The simplest approach to discretize the term is to adopt the Euler-forward scheme, yielding

\[\int_{t^n}^{t^{n+1}} \intfactor{t - t^n} A_{k_x,k_y} dt \approx A_{k_x,k_y}^{n} \Delta t.\]

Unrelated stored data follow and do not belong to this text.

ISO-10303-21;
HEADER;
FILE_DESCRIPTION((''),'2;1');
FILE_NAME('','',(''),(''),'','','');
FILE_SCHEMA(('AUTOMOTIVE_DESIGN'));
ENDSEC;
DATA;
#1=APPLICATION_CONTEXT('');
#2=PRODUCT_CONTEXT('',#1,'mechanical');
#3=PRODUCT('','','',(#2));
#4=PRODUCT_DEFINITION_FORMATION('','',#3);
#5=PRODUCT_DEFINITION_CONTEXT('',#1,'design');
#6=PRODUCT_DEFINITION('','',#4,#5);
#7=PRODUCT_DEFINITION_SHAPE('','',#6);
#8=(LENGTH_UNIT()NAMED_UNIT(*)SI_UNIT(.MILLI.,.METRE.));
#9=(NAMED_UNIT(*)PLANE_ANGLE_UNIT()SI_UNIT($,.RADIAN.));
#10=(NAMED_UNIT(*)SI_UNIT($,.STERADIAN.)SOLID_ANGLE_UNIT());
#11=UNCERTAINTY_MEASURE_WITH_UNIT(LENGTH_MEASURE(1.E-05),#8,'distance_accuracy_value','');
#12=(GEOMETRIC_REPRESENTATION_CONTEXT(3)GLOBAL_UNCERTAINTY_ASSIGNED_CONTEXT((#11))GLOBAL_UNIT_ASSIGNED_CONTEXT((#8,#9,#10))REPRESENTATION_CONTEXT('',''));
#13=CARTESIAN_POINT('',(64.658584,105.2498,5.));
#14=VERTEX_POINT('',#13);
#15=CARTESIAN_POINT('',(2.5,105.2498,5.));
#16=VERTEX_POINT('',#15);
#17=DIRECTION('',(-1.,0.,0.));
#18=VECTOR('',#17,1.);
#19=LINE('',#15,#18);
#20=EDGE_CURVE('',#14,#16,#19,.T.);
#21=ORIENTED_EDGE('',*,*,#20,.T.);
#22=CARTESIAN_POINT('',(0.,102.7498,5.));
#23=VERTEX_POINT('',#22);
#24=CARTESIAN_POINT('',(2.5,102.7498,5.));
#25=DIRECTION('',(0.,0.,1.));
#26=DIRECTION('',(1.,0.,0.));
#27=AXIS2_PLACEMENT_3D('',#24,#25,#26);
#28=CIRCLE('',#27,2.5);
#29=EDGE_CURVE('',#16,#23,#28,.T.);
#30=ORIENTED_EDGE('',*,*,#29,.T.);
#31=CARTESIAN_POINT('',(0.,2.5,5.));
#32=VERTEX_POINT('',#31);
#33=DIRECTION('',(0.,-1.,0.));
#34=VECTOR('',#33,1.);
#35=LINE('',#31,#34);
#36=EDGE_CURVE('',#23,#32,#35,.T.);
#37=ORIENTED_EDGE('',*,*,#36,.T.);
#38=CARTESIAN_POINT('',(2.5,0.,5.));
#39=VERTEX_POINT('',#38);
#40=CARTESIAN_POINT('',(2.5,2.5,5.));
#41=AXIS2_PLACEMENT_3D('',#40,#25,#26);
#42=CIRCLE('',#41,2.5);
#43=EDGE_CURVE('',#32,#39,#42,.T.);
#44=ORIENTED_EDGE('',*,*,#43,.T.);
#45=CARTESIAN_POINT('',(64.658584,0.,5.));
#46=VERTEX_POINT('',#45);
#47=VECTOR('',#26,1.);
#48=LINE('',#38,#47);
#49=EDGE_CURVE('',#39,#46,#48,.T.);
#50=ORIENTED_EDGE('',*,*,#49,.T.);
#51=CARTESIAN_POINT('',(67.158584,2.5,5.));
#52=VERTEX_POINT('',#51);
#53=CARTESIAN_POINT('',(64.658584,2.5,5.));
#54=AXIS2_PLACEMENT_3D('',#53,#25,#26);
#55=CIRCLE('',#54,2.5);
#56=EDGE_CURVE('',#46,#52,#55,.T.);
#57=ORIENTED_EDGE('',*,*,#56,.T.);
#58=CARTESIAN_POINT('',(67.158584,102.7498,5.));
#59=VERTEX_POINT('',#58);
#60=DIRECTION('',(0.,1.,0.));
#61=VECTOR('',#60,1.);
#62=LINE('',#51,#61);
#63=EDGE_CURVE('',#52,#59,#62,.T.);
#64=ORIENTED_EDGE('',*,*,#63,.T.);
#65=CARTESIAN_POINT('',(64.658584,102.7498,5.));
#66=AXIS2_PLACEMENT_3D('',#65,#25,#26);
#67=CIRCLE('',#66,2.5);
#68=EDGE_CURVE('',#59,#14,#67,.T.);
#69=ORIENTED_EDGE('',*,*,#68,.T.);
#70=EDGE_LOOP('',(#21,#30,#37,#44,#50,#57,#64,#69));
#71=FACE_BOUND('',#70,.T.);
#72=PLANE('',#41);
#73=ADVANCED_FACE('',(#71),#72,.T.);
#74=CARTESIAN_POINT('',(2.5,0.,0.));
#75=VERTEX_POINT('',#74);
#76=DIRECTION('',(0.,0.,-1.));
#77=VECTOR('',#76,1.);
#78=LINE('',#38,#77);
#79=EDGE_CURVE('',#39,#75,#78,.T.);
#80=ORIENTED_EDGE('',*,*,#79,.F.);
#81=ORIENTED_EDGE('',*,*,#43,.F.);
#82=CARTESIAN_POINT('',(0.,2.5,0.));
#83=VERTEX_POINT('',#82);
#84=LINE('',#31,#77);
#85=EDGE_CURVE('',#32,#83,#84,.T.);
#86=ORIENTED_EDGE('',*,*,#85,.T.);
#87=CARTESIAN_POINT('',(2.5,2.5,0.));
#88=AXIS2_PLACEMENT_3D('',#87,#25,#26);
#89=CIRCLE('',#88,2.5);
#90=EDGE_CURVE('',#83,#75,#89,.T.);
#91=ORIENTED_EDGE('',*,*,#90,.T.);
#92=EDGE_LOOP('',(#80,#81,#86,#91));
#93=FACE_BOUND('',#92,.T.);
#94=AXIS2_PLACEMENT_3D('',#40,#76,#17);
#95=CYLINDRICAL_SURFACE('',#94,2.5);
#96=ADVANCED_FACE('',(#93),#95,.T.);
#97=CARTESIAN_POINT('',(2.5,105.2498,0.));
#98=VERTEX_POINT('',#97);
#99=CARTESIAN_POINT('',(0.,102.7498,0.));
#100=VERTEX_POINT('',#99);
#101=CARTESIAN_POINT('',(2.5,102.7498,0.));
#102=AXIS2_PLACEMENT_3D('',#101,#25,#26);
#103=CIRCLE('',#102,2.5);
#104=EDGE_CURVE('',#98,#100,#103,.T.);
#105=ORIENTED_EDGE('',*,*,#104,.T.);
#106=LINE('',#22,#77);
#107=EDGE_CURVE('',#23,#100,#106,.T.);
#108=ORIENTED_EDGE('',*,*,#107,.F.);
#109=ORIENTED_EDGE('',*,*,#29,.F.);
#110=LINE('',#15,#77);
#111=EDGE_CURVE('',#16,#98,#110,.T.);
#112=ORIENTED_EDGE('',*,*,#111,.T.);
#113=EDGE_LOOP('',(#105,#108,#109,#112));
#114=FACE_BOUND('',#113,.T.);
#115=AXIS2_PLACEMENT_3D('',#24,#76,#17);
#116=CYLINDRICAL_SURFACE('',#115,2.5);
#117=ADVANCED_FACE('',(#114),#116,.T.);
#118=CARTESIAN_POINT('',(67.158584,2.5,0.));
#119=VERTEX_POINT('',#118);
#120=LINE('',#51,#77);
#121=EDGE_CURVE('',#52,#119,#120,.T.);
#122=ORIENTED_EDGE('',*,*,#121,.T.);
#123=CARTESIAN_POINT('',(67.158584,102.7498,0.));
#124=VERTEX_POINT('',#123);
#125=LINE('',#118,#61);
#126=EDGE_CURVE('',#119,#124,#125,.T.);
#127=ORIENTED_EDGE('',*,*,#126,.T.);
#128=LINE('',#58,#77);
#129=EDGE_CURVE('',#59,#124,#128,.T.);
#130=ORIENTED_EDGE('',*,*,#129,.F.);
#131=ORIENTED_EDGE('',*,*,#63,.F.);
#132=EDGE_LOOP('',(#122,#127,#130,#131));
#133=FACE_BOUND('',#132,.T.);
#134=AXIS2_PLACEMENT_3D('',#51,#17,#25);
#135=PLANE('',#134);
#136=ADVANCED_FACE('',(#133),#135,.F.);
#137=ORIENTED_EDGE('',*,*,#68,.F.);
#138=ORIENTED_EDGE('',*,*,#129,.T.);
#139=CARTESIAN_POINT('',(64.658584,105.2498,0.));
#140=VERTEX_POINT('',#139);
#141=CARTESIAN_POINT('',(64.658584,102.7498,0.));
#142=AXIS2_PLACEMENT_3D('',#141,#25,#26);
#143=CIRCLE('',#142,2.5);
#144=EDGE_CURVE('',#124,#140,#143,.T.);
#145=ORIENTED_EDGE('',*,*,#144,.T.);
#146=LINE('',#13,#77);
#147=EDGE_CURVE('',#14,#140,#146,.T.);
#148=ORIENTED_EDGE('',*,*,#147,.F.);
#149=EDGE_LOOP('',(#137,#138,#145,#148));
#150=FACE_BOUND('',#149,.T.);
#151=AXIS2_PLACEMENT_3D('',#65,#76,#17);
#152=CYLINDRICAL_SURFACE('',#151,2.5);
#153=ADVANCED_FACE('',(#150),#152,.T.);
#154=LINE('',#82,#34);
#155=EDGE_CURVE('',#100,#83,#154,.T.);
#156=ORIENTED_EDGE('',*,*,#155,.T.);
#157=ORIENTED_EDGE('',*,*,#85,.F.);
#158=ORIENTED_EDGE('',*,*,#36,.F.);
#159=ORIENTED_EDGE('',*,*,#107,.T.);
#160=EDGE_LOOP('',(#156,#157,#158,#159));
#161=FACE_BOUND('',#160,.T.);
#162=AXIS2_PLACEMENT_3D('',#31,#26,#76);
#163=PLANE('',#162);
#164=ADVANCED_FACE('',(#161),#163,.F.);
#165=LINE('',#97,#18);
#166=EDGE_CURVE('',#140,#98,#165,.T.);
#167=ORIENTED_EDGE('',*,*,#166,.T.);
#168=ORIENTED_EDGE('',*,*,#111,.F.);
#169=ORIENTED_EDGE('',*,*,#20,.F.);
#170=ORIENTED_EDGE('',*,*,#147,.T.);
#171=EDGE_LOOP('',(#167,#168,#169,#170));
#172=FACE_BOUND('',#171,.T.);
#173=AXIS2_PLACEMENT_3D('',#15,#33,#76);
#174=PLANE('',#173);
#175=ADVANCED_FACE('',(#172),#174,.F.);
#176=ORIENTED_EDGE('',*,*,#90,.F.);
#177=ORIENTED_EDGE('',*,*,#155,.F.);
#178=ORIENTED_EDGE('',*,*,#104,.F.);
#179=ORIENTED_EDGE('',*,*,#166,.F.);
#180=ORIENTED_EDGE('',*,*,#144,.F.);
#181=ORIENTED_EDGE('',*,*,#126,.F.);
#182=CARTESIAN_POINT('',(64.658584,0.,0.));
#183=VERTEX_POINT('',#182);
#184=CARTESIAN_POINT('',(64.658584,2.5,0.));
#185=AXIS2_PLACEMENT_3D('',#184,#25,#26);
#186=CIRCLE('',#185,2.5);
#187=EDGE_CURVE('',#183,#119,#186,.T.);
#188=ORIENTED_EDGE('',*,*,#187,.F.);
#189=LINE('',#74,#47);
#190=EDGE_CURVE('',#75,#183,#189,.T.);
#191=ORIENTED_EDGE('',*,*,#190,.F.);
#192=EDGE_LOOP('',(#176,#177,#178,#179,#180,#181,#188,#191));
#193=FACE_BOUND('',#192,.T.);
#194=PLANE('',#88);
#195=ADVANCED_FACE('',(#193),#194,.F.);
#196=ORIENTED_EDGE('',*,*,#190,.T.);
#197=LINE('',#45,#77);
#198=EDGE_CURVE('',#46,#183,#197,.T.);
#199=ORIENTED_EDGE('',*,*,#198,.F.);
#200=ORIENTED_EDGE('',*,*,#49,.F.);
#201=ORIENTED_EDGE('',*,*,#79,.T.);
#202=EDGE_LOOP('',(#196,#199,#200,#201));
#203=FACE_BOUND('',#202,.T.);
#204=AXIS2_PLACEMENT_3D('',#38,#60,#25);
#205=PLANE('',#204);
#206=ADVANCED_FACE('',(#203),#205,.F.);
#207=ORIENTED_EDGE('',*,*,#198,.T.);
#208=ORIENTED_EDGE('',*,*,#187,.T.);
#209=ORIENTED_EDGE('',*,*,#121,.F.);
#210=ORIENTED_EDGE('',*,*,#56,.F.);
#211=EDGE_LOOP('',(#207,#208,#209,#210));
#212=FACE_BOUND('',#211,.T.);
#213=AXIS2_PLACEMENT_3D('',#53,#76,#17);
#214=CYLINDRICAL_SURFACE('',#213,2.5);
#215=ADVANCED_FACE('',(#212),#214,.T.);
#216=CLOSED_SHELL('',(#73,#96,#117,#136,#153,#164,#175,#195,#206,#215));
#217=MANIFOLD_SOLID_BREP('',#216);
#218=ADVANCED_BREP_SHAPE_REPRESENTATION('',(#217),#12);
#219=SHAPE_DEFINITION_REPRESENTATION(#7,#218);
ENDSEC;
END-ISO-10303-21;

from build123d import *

# Parameters (mm, degrees)
EXTRUDE_2_DEPTH = 5


with BuildPart() as part:
    # 草图2 → 凸台-拉伸2 (new body)
    with BuildSketch(Plane.XY):
        with BuildLine():
            Line((2.5, 0), (64.658583814, 0))
            ThreePointArc((64.658583814, 0), (66.426350767, 0.732233047), (67.158583814, 2.5))
            Line((67.158583814, 2.5), (67.158583814, 102.7498))
            ThreePointArc((67.158583814, 102.7498), (66.426350767, 104.517566953), (64.658583814, 105.2498))
            Line((64.658583814, 105.2498), (2.5, 105.2498))
            ThreePointArc((2.5, 105.2498), (0.732233047, 104.517566953), (0, 102.7498))
            Line((0, 102.7498), (0, 2.5))
            ThreePointArc((0, 2.5), (0.732233047, 0.732233047), (2.5, 0))
        make_face()
    extrude(amount=EXTRUDE_2_DEPTH)


solid = part.part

Although external forcing can be arbitrarily prescribed, we limit our focus to a sound source, i.e., a specific profile in physical space is given, whose amplitude only changes in time:

\[\int_{t^n}^{t^{n+1}} \intfactor{t - t^n} A_{k_x,k_y} dt = A_{k_x,k_y} \int_{t^n}^{t^{n+1}} \intfactor{t - t^n} \sin \left( \omega t \right) dt.\]

Due to

\[ \begin{align}\begin{aligned}& \left\{ 1 + \left( \frac{N_{k_x,k_y}}{\omega} \right)^2 \right\} \int_{t^n}^{t^{n+1}} \intfactor{t - t^n} \sin \left( \omega t \right) dt\\= & \left[ - \frac{1}{\omega} \intfactor{t - t^n} \cos \left( \omega t \right) + \frac{N_{k_x,k_y}}{\omega^2} \intfactor{t - t^n} \sin \left( \omega t \right) \right]_{t^n}^{t^{n + 1}}\\= & \intfactor{\Delta t} \left\{ - \frac{1}{\omega} \cos \left( \omega t^{n + 1} \right) + \frac{N_{k_x,k_y}}{\omega^2} \sin \left( \omega t^{n + 1} \right) \right\} - \left\{ - \frac{1}{\omega} \cos \left( \omega t^{n } \right) + \frac{N_{k_x,k_y}}{\omega^2} \sin \left( \omega t^{n } \right) \right\},\end{aligned}\end{align} \]

we are able to evaluate it analytically.